Voice AI: Latency deep dive

Jul 27, 2024

Premise


Voice AI takes centre stage in 2024 as its the natural path of evolution in Gen AI. Humans would want to speak to AI like they speak with humans without compromising on the experience. What's an acceptable human-like conversation?

Today let's dive into the depths of latency in real time conversations and what is the acceptable state. I will also touch upon how latency can be lowered.

⚡Low latency is the backbone of seamless Voice AI interactions – where milliseconds matter more than ever.


The works


When humans have to communicate to AI, there are several key components involved, but the noteworthy ones in SOTA are:


💬 ASR (Automatic speech recognition): When humans speak, this has to be recognized by machines. this is done via ASR.


🧠 Intelligence: Once human speech is recognized, there needs to be an intelligence layer to process what the speech means and how the response needs to be given back.


🗣 TTS (Text to speech): The processed answer from intelligence layer needs to be converted to speech.


All these 3 key components work in tandem to provide end to end Voice AI conversations with humans in real time. (here's where I can promote Digitar, but I won't 😇)

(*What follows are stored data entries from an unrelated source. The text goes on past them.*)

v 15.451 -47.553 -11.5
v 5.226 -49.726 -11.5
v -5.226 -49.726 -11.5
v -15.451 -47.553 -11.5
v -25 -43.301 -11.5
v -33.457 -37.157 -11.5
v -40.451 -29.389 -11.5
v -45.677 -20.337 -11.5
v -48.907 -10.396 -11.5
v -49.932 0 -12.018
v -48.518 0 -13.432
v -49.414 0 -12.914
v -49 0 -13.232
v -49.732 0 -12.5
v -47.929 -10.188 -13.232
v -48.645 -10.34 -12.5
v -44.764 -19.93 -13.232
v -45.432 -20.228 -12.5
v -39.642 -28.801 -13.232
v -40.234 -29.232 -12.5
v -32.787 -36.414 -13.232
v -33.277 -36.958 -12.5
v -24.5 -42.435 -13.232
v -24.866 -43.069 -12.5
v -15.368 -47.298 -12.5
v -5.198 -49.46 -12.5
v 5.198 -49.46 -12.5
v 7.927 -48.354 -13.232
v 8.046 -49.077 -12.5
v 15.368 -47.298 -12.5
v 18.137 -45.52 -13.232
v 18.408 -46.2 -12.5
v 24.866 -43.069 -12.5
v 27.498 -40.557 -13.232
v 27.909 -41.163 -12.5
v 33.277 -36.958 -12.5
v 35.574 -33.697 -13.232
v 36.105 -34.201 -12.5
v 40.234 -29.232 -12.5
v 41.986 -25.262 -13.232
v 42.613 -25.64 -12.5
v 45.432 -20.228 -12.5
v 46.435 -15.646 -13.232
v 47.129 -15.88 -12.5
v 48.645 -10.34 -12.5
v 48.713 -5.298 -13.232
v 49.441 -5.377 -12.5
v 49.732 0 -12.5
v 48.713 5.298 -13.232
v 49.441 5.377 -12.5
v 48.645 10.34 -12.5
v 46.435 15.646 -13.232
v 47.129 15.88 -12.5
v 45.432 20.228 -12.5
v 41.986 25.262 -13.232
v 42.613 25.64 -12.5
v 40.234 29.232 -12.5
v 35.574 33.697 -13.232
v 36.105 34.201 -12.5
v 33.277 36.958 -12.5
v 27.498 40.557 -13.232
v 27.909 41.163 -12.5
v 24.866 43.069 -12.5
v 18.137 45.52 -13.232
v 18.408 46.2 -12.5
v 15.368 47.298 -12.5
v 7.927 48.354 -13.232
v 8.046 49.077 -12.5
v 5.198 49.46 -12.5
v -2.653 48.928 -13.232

Now latency adds in all of these components as it needs time to do processing. Humans accept end to end latency of 500 milliseconds to 1000 milliseconds. In this range, humans don't feel awkward waiting for an AI response. 500-1000 milliseconds end to end latency (ASR + Intelligence + TTS) is an acceptable state without lowering the experience.

In order to achieve this extremely challenging ask, there are several areas where startups and incumbents are striving really hard to optimize the latency.

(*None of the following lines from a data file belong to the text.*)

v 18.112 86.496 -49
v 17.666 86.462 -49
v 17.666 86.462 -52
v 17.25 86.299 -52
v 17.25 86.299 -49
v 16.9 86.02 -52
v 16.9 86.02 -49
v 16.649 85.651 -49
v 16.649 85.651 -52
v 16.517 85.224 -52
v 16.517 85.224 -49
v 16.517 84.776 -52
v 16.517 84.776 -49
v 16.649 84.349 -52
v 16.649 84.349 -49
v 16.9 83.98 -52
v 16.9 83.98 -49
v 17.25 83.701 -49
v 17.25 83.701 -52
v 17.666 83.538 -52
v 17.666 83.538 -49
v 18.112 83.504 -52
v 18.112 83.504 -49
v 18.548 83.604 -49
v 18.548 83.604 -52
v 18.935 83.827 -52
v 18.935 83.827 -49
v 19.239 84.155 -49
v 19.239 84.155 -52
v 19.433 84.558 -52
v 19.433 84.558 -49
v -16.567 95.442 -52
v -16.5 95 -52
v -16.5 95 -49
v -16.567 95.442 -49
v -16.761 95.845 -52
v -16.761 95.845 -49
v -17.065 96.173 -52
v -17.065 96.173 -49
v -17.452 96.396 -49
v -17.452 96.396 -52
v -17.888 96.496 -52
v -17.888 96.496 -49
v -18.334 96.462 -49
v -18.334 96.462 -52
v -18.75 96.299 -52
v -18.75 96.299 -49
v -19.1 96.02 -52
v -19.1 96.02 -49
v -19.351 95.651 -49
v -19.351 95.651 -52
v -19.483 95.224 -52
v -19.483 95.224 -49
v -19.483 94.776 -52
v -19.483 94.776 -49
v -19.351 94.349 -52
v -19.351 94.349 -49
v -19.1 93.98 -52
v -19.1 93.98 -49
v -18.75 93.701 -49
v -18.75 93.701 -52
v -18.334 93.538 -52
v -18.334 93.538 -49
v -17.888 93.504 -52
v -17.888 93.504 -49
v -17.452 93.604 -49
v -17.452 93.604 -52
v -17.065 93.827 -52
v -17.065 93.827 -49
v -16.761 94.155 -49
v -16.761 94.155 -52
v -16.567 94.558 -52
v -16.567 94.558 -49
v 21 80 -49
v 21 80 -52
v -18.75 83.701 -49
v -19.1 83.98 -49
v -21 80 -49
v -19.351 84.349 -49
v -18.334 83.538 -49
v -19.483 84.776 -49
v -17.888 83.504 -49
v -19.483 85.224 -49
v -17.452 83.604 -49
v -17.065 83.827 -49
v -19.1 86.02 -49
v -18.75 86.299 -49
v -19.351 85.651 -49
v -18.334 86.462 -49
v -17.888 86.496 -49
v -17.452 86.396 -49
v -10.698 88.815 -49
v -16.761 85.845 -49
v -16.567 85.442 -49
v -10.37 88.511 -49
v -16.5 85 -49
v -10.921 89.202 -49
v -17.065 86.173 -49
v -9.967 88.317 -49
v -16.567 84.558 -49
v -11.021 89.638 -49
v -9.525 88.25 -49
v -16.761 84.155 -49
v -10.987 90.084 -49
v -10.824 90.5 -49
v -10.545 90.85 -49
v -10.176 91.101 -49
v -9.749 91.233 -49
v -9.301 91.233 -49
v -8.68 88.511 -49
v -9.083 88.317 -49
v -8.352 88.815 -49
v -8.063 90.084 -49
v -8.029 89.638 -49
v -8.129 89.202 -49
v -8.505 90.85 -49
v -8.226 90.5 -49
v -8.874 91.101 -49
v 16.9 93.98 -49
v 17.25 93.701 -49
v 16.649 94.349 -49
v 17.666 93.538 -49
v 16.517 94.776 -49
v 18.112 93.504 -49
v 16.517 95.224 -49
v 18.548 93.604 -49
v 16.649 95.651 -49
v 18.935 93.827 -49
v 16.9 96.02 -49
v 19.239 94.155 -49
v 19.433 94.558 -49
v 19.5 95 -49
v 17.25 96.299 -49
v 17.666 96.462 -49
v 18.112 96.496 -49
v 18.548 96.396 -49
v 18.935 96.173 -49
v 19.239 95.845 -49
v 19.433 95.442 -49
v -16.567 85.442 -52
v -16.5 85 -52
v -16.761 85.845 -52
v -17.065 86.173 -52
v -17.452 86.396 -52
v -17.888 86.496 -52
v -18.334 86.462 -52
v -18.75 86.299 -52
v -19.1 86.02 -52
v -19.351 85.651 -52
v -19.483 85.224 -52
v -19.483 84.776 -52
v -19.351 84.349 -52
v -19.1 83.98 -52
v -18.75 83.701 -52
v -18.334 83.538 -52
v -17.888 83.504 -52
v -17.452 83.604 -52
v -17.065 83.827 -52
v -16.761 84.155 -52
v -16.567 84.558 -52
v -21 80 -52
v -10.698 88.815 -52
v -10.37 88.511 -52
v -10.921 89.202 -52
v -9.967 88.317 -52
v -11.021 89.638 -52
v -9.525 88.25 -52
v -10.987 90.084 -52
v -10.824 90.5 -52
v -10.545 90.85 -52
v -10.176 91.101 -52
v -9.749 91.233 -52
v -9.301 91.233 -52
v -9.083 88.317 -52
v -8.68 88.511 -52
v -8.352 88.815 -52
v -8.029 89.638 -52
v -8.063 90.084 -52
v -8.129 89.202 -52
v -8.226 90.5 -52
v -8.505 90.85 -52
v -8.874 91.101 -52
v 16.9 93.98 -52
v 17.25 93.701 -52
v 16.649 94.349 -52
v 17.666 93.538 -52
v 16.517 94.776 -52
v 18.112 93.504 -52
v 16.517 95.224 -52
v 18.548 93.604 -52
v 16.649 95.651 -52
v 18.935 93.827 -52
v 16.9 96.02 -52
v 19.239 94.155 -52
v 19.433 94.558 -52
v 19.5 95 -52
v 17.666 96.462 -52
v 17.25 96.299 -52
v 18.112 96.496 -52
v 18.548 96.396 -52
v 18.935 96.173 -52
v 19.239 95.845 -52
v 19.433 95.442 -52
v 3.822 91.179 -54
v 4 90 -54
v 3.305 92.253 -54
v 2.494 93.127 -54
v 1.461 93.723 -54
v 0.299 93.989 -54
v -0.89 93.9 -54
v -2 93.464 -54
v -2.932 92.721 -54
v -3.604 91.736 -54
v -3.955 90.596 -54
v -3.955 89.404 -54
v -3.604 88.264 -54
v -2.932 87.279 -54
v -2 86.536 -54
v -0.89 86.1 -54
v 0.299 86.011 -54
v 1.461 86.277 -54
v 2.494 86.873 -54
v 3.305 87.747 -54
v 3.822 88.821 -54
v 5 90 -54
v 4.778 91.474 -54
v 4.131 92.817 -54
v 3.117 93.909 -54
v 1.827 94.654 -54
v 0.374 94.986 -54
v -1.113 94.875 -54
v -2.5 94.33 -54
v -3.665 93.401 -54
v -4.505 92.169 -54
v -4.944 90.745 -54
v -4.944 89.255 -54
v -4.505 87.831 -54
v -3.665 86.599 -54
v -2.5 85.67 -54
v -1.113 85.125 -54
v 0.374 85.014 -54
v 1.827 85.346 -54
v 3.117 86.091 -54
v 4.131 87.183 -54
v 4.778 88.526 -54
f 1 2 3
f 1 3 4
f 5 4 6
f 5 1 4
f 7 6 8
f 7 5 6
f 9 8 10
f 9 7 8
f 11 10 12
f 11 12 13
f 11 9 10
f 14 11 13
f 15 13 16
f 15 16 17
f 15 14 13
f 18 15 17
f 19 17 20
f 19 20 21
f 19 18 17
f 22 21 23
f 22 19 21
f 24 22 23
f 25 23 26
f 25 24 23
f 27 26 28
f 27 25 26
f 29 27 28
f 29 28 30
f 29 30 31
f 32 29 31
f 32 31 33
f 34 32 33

💬 ASR: There are companies like Deepgram which are delivering at ~300 milliseconds. several speech models are getting to this state and even further they are now optimizing on streaming inputs as well (this is the way to go for real time conversations).
🧠 Intelligence: Currently Generative pretrained transformer models have latency deadlock state as text to text response itself is hovering around a couple of seconds. Several optimizations are being done by various industries to bring this latency to few hundred milliseconds and it's a WIP.

Digitar AI specializes in providing Intelligence with lowest latency & highest accuracy for Voice AI scenarios


🗣 TTS: Here as well there are companies like ElevenLabs trying to deliver at ~250 milliseconds. Even this is a WIP.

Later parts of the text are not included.